Exercise: The lines from the top of the records below through the one containing "# F2 (on face) → F3 (join)" are to be transcribed exactly, and nothing else is to be added.

Collected data entries:
---------------

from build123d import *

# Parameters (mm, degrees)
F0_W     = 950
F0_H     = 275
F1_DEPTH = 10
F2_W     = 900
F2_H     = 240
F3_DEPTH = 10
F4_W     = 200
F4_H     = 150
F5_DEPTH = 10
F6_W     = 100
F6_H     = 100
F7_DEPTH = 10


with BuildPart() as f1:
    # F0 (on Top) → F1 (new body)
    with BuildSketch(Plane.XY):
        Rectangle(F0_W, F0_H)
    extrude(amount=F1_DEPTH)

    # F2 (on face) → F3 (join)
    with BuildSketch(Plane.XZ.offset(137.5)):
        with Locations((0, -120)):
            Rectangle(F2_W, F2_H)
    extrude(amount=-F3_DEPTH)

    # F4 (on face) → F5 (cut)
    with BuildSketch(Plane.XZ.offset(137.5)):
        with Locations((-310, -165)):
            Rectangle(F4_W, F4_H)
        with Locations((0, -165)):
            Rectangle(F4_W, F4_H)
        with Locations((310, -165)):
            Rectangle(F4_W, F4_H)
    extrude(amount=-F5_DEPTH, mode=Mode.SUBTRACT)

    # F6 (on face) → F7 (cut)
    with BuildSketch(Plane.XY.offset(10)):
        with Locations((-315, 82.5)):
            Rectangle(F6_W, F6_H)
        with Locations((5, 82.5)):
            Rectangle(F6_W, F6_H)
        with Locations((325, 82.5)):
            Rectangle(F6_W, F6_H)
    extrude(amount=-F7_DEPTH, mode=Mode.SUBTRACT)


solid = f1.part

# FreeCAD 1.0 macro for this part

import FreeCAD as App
import Part
import Sketcher
Q = App.Units.Quantity


def add_polygon(sketch, points):
    """Adds a closed chain of lines whose ends are joined by coincident constraints."""
    first, n = sketch.GeometryCount, len(points)
    for a, b in zip(points, points[1:] + points[:1]):
        sketch.addGeometry(Part.LineSegment(App.Vector(*a, 0), App.Vector(*b, 0)), False)
    for i in range(n):
        sketch.addConstraint(Sketcher.Constraint("Coincident", first + i, 2, first + (i + 1) % n, 1))

doc = App.newDocument("Part")
body = doc.addObject("PartDesign::Body", "Body")

sketch1 = body.newObject("Sketcher::SketchObject", "Sketch")
sketch1.AttachmentSupport = (doc.getObject("XY_Plane"), [""])
sketch1.MapMode = "FlatFace"
add_polygon(sketch1, [(-475, 138), (-475, -138), (475, -138), (475, 138)])
sketch1.addConstraint([
    Sketcher.Constraint("Vertical", 0),
    Sketcher.Constraint("Horizontal", 1),
    Sketcher.Constraint("Vertical", 2),
    Sketcher.Constraint("Horizontal", 3),
    Sketcher.Constraint("Symmetric", 0, 2, 2, 2, -1, 1),
    Sketcher.Constraint("DistanceX", 1, 1, 1, 2, Q("950 mm")),
    Sketcher.Constraint("DistanceY", 0, 2, 0, 1, Q("275 mm")),
])
pad1 = body.newObject("PartDesign::Pad", "Pad")
pad1.Profile = sketch1
pad1.Length = 10

sketch2 = body.newObject("Sketcher::SketchObject", "Sketch001")
sketch2.AttachmentSupport = (doc.getObject("XZ_Plane"), [""])
sketch2.MapMode = "FlatFace"
sketch2.AttachmentOffset = App.Placement(App.Vector(0, 0, 137.5), App.Rotation())
add_polygon(sketch2, [(-450, 0), (-450, -240), (450, -240), (450, 0)])
sketch2.addConstraint([
    Sketcher.Constraint("Vertical", 0),
    Sketcher.Constraint("Horizontal", 1),
    Sketcher.Constraint("Vertical", 2),
    Sketcher.Constraint("Horizontal", 3),
    Sketcher.Constraint("Symmetric", 2, 2, 3, 2, -1, 1),
    Sketcher.Constraint("DistanceX", 1, 1, 1, 2, Q("900 mm")),
    Sketcher.Constraint("DistanceY", 0, 2, 0, 1, Q("240 mm")),
])
pad2 = body.newObject("PartDesign::Pad", "Pad001")
pad2.Profile = sketch2
pad2.Length = 10
pad2.Reversed = True

sketch3 = body.newObject("Sketcher::SketchObject", "Sketch002")
sketch3.AttachmentSupport = (doc.getObject("XZ_Plane"), [""])
sketch3.MapMode = "FlatFace"
sketch3.AttachmentOffset = App.Placement(App.Vector(0, 0, 137.5), App.Rotation())
add_polygon(sketch3, [(-410, -90), (-410, -240), (-210, -240), (-210, -90)])
add_polygon(sketch3, [(-100, -90), (-100, -240), (100, -240), (100, -90)])
add_polygon(sketch3, [(210, -90), (210, -240), (410, -240), (410, -90)])
sketch3.addConstraint([
    Sketcher.Constraint("Vertical", 0),
    Sketcher.Constraint("Horizontal", 1),
    Sketcher.Constraint("Vertical", 2),
    Sketcher.Constraint("Horizontal", 3),
    Sketcher.Constraint("Vertical", 4),
    Sketcher.Constraint("Horizontal", 5),
    Sketcher.Constraint("Vertical", 6),
    Sketcher.Constraint("Horizontal", 7),
    Sketcher.Constraint("Vertical", 8),
    Sketcher.Constraint("Horizontal", 9),
    Sketcher.Constraint("Vertical", 10),
    Sketcher.Constraint("Horizontal", 11),
    Sketcher.Constraint("Symmetric", 1, 2, 8, 2, -2),
    Sketcher.Constraint("Symmetric", 3, 2, 10, 2, -2),
    Sketcher.Constraint("Horizontal", 1, 2, 4, 2),
    Sketcher.Constraint("Horizontal", 3, 2, 6, 2),
    Sketcher.Constraint("Equal", 3, 5),
    Sketcher.Constraint("DistanceX", 1, 1, 1, 2, Q("200 mm")),
    Sketcher.Constraint("DistanceY", 0, 2, 0, 1, Q("150 mm")),
    Sketcher.Constraint("DistanceX", 0, 2, -1, 1, Q("410 mm")),
    Sketcher.Constraint("DistanceY", 0, 2, -1, 1, Q("240 mm")),
    Sketcher.Constraint("DistanceX", 4, 2, -1, 1, Q("100 mm")),
])
pocket1 = body.newObject("PartDesign::Pocket", "Pocket")
pocket1.Profile = sketch3
pocket1.Length = 10

sketch4 = body.newObject("Sketcher::SketchObject", "Sketch003")
sketch4.AttachmentSupport = (doc.getObject("XY_Plane"), [""])
sketch4.MapMode = "FlatFace"
sketch4.AttachmentOffset = App.Placement(App.Vector(0, 0, 10), App.Rotation())
add_polygon(sketch4, [(-365, 132), (-365, 32), (-265, 32), (-265, 132)])
add_polygon(sketch4, [(-45, 132), (-45, 32), (55, 32), (55, 132)])
add_polygon(sketch4, [(275, 132), (275, 32), (375, 32), (375, 132)])
sketch4.addConstraint([
    Sketcher.Constraint("Vertical", 0),
    Sketcher.Constraint("Horizontal", 1),
    Sketcher.Constraint("Vertical", 2),
    Sketcher.Constraint("Horizontal", 3),
    Sketcher.Constraint("Vertical", 4),
    Sketcher.Constraint("Horizontal", 5),
    Sketcher.Constraint("Vertical", 6),
    Sketcher.Constraint("Horizontal", 7),
    Sketcher.Constraint("Vertical", 8),
    Sketcher.Constraint("Horizontal", 9),
    Sketcher.Constraint("Vertical", 10),
    Sketcher.Constraint("Horizontal", 11),
    Sketcher.Constraint("Horizontal", 1, 2, 4, 2),
    Sketcher.Constraint("Horizontal", 3, 2, 6, 2),
    Sketcher.Constraint("Horizontal", 5, 2, 8, 2),
    Sketcher.Constraint("Horizontal", 7, 2, 10, 2),
    Sketcher.Constraint("Equal", 3, 5),
    Sketcher.Constraint("Equal", 7, 9),
    Sketcher.Constraint("Equal", 11, 0),
    Sketcher.Constraint("DistanceX", 1, 1, 1, 2, Q("100 mm")),
    Sketcher.Constraint("DistanceX", 0, 2, -1, 1, Q("365 mm")),
    Sketcher.Constraint("DistanceX", 4, 2, -1, 1, Q("45 mm")),
    Sketcher.Constraint("DistanceX", -1, 1, 8, 2, Q("275 mm")),
    Sketcher.Constraint("DistanceY", -1, 1, 0, 2, Q("32.5 mm")),
])
pocket2 = body.newObject("PartDesign::Pocket", "Pocket001")
pocket2.Profile = sketch4
pocket2.Length = 10

doc.recompute()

---------------

Exercise output:
from build123d import *

# Parameters (mm, degrees)
F0_W     = 950
F0_H     = 275
F1_DEPTH = 10
F2_W     = 900
F2_H     = 240
F3_DEPTH = 10
F4_W     = 200
F4_H     = 150
F5_DEPTH = 10
F6_W     = 100
F6_H     = 100
F7_DEPTH = 10


with BuildPart() as f1:
    # F0 (on Top) → F1 (new body)
    with BuildSketch(Plane.XY):
        Rectangle(F0_W, F0_H)
    extrude(amount=F1_DEPTH)

    # F2 (on face) → F3 (join)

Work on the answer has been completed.